Exercise:
Please set down exactly the lines of the listing below from the line containing "-13.5), (-24.0961377645, -12.1809747078))" through the line containing "0), (-24.0961377645, 12.1809747078))", both lines included, leaving out all other lines.

Records provided:

..............................

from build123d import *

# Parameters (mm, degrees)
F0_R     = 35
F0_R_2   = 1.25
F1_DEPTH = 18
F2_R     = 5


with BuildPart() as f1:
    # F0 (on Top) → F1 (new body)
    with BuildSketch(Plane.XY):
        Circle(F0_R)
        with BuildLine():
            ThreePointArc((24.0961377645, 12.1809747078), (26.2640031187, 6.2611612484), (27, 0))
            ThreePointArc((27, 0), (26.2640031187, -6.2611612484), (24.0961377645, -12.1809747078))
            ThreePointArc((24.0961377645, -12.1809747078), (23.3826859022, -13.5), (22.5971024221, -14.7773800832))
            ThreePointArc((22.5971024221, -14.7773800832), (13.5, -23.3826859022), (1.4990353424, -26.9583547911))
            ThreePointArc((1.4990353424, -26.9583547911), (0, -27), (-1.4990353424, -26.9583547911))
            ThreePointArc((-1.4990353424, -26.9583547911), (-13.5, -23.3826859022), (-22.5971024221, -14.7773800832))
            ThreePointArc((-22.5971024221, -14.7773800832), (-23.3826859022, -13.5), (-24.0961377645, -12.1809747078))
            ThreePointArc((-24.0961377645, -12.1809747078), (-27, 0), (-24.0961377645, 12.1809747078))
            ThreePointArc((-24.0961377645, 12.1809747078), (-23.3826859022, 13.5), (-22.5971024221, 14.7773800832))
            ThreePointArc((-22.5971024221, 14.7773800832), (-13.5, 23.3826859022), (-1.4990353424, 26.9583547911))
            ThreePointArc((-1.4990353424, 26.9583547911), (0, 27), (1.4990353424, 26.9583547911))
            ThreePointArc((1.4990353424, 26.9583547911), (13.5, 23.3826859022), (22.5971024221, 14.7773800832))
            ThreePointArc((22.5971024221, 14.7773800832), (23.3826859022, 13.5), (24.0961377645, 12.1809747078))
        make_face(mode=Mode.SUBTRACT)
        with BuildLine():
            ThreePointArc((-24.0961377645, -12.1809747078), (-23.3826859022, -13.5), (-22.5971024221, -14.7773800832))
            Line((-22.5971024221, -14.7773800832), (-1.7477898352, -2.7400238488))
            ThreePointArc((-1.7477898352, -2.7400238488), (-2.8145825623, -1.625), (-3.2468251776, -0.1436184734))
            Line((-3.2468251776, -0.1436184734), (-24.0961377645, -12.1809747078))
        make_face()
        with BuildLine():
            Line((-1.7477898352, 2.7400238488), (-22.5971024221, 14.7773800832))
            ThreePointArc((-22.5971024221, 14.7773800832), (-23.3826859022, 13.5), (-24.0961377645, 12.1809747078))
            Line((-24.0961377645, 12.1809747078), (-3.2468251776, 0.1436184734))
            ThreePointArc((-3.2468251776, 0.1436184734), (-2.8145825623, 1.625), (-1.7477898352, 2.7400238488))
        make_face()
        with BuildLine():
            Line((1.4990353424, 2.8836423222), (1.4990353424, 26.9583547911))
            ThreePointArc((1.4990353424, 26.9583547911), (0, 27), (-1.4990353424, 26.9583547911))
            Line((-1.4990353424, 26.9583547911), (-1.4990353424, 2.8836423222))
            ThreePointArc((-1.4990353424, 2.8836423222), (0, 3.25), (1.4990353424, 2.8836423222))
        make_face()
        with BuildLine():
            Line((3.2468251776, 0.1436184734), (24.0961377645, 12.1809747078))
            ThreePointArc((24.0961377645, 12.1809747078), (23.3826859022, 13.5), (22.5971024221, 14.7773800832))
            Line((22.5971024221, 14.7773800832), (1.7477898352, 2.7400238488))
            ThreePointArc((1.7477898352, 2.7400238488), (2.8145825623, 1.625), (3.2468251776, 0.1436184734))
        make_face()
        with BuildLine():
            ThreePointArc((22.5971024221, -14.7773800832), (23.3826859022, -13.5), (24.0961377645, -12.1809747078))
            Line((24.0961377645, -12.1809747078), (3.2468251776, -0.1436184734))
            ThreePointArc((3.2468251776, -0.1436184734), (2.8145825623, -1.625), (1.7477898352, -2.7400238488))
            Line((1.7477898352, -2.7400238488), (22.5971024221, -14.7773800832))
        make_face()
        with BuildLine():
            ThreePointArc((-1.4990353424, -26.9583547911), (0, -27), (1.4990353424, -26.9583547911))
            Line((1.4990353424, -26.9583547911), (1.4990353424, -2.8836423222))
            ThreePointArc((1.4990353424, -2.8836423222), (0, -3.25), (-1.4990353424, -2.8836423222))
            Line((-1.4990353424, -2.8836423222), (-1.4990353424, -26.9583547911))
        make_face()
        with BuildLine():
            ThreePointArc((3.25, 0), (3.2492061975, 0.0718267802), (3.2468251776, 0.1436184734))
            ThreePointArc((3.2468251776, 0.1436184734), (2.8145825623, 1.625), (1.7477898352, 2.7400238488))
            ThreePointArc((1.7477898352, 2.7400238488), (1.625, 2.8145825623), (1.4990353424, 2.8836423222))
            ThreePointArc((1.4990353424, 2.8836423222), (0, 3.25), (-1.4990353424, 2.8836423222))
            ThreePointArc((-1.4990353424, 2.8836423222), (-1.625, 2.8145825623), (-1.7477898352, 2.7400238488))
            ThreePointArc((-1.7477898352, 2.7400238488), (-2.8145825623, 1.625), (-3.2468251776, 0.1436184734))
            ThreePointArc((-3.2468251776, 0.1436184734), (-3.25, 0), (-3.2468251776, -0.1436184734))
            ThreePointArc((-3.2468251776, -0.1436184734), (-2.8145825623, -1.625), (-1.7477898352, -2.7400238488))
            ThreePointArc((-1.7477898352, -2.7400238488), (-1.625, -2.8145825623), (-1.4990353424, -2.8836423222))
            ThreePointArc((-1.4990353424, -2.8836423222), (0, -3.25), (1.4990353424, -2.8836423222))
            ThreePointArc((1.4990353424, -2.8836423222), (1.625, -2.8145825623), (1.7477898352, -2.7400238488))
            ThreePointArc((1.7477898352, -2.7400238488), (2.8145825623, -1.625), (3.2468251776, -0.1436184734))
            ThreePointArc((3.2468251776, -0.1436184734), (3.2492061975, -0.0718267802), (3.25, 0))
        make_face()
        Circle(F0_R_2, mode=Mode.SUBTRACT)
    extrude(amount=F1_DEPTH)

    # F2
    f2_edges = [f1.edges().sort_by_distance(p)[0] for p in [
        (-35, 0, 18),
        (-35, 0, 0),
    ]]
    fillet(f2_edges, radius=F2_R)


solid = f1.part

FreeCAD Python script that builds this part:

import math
import FreeCAD as App
import Part
import Sketcher

V = App.Vector
Q = App.Units.Quantity


def edges_at(feature, points):
    """Names of the edges that pass closest to the given points."""
    edges = feature.Shape.Edges
    near = lambda p: min(range(len(edges)), key=lambda i: edges[i].distToShape(Part.Vertex(*p))[0])
    return sorted({f"Edge{near(p) + 1}" for p in points})

doc = App.newDocument("Part")
body = doc.addObject("PartDesign::Body", "Body")

sketch1 = doc.addObject("Sketcher::SketchObject", "Sketch")
body.addObject(sketch1)
sketch1.AttachmentSupport = (doc.XY_Plane, [""])
sketch1.MapMode = "FlatFace"
sketch1.addGeometry(Part.Circle(V(0, 0, 0), V(0, 0, 1), 35), False)
sketch1.addGeometry(Part.LineSegment(V(-1.5, -2.88, 0), V(-1.5, -26.96, 0)), False)
sketch1.addGeometry(Part.ArcOfCircle(Part.Circle(V(0, 0, 0), V(0, 0, 1), 27), math.radians(-147), math.radians(-93)), False)
sketch1.addGeometry(Part.LineSegment(V(-22.6, -14.78, 0), V(-1.75, -2.74, 0)), False)
sketch1.addGeometry(Part.ArcOfCircle(Part.Circle(V(0, 0, 0), V(0, 0, 1), 3.25), math.radians(-122.53), math.radians(-117.47)), False)
sketch1.addGeometry(Part.LineSegment(V(1.75, -2.74, 0), V(22.6, -14.78, 0)), False)
sketch1.addGeometry(Part.ArcOfCircle(Part.Circle(V(0, 0, 0), V(0, 0, 1), 27), math.radians(-87), math.radians(-33)), False)
sketch1.addGeometry(Part.LineSegment(V(1.5, -26.96, 0), V(1.5, -2.88, 0)), False)
sketch1.addGeometry(Part.ArcOfCircle(Part.Circle(V(0, 0, 0), V(0, 0, 1), 3.25), math.radians(-62.53), math.radians(-57.47)), False)
sketch1.addGeometry(Part.LineSegment(V(-3.25, -0.14, 0), V(-24.1, -12.18, 0)), False)
sketch1.addGeometry(Part.ArcOfCircle(Part.Circle(V(0, 0, 0), V(0, 0, 1), 27), math.radians(153), math.radians(207)), False)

..............................

Written response:
            ThreePointArc((-22.5971024221, -14.7773800832), (-23.3826859022, -13.5), (-24.0961377645, -12.1809747078))
            ThreePointArc((-24.0961377645, -12.1809747078), (-27, 0), (-24.0961377645, 12.1809747078))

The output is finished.